### Extracted records
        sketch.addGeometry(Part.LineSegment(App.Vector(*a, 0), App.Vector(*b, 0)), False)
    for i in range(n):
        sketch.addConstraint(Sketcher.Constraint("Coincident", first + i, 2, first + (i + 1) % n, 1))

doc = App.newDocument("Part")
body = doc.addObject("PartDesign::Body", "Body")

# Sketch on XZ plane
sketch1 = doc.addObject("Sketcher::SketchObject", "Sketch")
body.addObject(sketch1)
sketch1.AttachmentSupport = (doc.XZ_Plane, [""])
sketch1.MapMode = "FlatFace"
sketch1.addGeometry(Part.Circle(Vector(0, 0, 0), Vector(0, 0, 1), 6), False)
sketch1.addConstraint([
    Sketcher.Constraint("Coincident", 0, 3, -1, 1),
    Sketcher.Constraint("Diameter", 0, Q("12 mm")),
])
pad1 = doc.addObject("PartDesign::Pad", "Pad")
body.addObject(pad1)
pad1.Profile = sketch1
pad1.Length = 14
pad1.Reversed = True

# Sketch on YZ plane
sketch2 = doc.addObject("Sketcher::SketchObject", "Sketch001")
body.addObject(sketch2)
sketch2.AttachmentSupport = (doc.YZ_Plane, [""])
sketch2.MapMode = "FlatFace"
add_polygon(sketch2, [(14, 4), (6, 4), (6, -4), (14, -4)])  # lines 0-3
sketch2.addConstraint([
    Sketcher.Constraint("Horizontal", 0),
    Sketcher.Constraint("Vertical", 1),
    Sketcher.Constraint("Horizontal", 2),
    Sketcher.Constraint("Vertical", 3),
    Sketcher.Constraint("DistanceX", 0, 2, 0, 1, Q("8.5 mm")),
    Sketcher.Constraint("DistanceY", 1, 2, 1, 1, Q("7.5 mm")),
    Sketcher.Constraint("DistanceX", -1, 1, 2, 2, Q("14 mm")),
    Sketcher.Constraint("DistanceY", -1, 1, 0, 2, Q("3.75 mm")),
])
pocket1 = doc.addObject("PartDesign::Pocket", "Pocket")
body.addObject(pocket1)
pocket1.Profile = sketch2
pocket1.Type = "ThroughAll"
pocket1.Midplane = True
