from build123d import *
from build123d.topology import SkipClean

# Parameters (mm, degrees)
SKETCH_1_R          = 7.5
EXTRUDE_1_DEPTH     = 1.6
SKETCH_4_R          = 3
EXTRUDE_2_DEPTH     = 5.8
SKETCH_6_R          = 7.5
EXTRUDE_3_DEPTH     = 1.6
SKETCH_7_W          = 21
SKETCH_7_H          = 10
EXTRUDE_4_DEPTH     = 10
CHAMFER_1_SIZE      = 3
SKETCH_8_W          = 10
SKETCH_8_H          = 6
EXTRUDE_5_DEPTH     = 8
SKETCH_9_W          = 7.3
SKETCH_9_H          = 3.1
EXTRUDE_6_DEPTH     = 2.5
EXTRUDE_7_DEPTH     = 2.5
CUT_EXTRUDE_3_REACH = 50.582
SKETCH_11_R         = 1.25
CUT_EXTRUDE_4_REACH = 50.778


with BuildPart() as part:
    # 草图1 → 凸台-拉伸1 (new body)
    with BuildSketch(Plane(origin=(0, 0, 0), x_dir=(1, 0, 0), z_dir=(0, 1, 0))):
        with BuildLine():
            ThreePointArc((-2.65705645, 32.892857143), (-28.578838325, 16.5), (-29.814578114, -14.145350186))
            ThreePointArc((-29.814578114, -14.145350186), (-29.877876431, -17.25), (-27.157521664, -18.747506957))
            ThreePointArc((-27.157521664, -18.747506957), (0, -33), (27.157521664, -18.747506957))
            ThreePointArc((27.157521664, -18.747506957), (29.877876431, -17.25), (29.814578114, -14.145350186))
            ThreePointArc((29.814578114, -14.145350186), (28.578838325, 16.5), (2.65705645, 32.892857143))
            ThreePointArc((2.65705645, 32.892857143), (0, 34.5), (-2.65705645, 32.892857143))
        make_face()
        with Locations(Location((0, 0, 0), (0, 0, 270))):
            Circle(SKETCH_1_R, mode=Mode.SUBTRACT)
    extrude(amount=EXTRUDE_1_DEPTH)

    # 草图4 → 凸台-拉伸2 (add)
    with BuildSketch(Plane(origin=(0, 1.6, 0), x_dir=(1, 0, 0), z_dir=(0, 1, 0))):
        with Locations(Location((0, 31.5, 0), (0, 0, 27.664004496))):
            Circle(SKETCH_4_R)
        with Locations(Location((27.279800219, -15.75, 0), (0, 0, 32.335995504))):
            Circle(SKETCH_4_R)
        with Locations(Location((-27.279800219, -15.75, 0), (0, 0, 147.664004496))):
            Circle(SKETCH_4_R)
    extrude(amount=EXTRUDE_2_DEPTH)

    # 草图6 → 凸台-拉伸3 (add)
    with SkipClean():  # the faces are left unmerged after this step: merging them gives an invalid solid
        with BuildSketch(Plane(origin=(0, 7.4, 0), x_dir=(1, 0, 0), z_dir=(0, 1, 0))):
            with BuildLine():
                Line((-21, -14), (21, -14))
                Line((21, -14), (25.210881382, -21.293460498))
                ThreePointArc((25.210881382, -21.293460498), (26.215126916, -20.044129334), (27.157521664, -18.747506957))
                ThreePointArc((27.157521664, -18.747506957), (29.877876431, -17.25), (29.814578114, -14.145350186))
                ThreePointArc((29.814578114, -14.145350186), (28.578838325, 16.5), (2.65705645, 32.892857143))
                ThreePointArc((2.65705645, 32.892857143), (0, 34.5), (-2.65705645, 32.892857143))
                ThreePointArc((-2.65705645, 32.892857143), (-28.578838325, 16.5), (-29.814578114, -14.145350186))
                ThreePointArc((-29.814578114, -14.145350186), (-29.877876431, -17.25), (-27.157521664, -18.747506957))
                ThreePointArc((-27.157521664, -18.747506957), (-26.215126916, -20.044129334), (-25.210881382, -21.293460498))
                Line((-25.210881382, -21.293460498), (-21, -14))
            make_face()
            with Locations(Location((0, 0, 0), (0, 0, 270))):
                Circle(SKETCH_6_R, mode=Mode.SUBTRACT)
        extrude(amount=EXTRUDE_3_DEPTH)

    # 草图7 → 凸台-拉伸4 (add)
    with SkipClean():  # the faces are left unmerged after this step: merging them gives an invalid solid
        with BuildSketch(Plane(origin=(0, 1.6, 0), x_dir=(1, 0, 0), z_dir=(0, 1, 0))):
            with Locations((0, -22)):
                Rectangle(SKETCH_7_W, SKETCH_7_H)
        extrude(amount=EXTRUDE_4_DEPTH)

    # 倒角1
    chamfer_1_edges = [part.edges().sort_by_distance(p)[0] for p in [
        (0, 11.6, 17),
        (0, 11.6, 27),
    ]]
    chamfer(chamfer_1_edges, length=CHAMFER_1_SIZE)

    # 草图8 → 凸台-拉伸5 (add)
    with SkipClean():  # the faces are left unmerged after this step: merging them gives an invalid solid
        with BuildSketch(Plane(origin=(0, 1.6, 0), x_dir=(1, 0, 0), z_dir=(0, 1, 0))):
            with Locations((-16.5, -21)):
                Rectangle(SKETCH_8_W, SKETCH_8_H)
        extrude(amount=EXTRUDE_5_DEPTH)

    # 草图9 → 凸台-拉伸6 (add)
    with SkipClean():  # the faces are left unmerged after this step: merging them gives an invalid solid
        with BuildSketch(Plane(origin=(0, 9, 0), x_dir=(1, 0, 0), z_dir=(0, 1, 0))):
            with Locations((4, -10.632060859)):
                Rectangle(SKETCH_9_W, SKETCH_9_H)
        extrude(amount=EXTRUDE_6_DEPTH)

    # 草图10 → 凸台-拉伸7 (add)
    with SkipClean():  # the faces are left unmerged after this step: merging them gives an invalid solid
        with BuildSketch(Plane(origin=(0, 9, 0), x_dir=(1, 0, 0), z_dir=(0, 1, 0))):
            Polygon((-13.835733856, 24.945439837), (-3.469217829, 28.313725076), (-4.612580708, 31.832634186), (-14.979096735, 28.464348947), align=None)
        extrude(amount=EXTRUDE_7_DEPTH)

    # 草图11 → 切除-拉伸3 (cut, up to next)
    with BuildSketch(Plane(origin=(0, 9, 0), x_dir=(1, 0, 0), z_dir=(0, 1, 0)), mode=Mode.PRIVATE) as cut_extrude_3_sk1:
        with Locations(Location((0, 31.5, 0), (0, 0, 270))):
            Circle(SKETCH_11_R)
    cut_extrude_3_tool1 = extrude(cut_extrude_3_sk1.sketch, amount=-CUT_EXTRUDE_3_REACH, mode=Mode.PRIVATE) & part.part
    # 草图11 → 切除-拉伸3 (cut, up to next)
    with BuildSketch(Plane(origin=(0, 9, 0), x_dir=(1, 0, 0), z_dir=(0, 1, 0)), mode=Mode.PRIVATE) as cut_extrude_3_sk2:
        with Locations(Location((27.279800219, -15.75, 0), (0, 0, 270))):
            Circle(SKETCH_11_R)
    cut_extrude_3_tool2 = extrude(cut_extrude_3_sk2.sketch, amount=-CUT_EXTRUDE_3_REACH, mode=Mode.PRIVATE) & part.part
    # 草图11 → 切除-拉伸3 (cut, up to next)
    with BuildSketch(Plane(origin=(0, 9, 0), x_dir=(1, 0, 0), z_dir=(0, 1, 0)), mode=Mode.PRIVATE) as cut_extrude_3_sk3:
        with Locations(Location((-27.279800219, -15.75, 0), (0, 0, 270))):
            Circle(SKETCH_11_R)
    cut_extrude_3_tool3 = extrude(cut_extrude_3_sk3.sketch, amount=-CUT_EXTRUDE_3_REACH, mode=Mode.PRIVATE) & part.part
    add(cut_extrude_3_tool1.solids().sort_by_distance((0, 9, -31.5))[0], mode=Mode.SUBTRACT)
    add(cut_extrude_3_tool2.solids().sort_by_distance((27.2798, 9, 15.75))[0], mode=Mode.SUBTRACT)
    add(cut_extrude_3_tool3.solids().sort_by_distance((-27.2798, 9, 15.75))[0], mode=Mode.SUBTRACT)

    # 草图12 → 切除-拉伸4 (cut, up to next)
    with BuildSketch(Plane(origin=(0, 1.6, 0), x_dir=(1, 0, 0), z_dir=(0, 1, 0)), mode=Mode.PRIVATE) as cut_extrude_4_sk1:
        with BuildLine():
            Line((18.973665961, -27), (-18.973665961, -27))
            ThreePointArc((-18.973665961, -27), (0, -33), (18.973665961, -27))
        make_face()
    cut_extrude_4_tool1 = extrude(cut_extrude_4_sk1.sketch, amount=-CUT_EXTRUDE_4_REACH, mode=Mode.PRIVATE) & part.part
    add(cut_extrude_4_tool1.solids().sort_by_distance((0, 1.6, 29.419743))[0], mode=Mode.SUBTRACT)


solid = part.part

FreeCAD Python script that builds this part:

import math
import FreeCAD as App
import Part
import Sketcher

V = App.Vector
Q = App.Units.Quantity


def edges_at(feature, points):
    """Names of the edges that pass closest to the given points."""
    edges = feature.Shape.Edges
    near = lambda p: min(range(len(edges)), key=lambda i: edges[i].distToShape(Part.Vertex(*p))[0])
    return sorted({f"Edge{near(p) + 1}" for p in points})

doc = App.newDocument("Part")
body = doc.addObject("PartDesign::Body", "Body")

# Sketch on XZ plane
sketch1 = body.newObject("Sketcher::SketchObject", "Sketch")
sketch1.AttachmentSupport = (doc.getObject("XZ_Plane"), [""])
sketch1.MapMode = "FlatFace"
sketch1.addGeometry(Part.ArcOfCircle(Part.Circle(V(0, 0, 0), V(0, 0, 1), 33), math.radians(155), math.radians(265)), False)
sketch1.addGeometry(Part.ArcOfCircle(Part.Circle(V(-27.3, 15.8, 0), V(0, 0, 1), 3), math.radians(88), math.radians(212)), False)
sketch1.addGeometry(Part.ArcOfCircle(Part.Circle(V(0, 0, 0), V(0, 0, 1), 33), math.radians(35), math.radians(145)), False)
sketch1.addGeometry(Part.ArcOfCircle(Part.Circle(V(27.3, 15.8, 0), V(0, 0, 1), 3), math.radians(-32), math.radians(92)), False)
sketch1.addGeometry(Part.ArcOfCircle(Part.Circle(V(0, 0, 0), V(0, 0, 1), 33), math.radians(-85), math.radians(25)), False)
sketch1.addGeometry(Part.ArcOfCircle(Part.Circle(V(0, -31.5, 0), V(0, 0, 1), 3), math.radians(-152), math.radians(-28)), False)
sketch1.addGeometry(Part.Circle(V(0, 0, 0), V(0, 0, 1), 7.5), False)
sketch1.addConstraint(Sketcher.Constraint("Coincident", 0, 1, 1, 2))
sketch1.addConstraint(Sketcher.Constraint("Coincident", 1, 1, 2, 2))
sketch1.addConstraint(Sketcher.Constraint("Coincident", 2, 1, 3, 2))
sketch1.addConstraint(Sketcher.Constraint("Coincident", 3, 1, 4, 2))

### Task objective
In the entries above, find the line holding "# Sketch on YZ plane" and the line holding "from build123d import *", then retype exactly those two lines and every line between them, and nothing else.

### Solution to the exercise
# Sketch on YZ plane
sketch2 = doc.addObject("Sketcher::SketchObject", "Sketch001")
body.addObject(sketch2)
sketch2.AttachmentSupport = (doc.YZ_Plane, [""])
sketch2.MapMode = "FlatFace"
add_polygon(sketch2, [(14, 4), (6, 4), (6, -4), (14, -4)])  # lines 0-3
sketch2.addConstraint([
    Sketcher.Constraint("Horizontal", 0),
    Sketcher.Constraint("Vertical", 1),
    Sketcher.Constraint("Horizontal", 2),
    Sketcher.Constraint("Vertical", 3),
    Sketcher.Constraint("DistanceX", 0, 2, 0, 1, Q("8.5 mm")),
    Sketcher.Constraint("DistanceY", 1, 2, 1, 1, Q("7.5 mm")),
    Sketcher.Constraint("DistanceX", -1, 1, 2, 2, Q("14 mm")),
    Sketcher.Constraint("DistanceY", -1, 1, 0, 2, Q("3.75 mm")),
])
pocket1 = doc.addObject("PartDesign::Pocket", "Pocket")
body.addObject(pocket1)
pocket1.Profile = sketch2
pocket1.Type = "ThroughAll"
pocket1.Midplane = True
from build123d import *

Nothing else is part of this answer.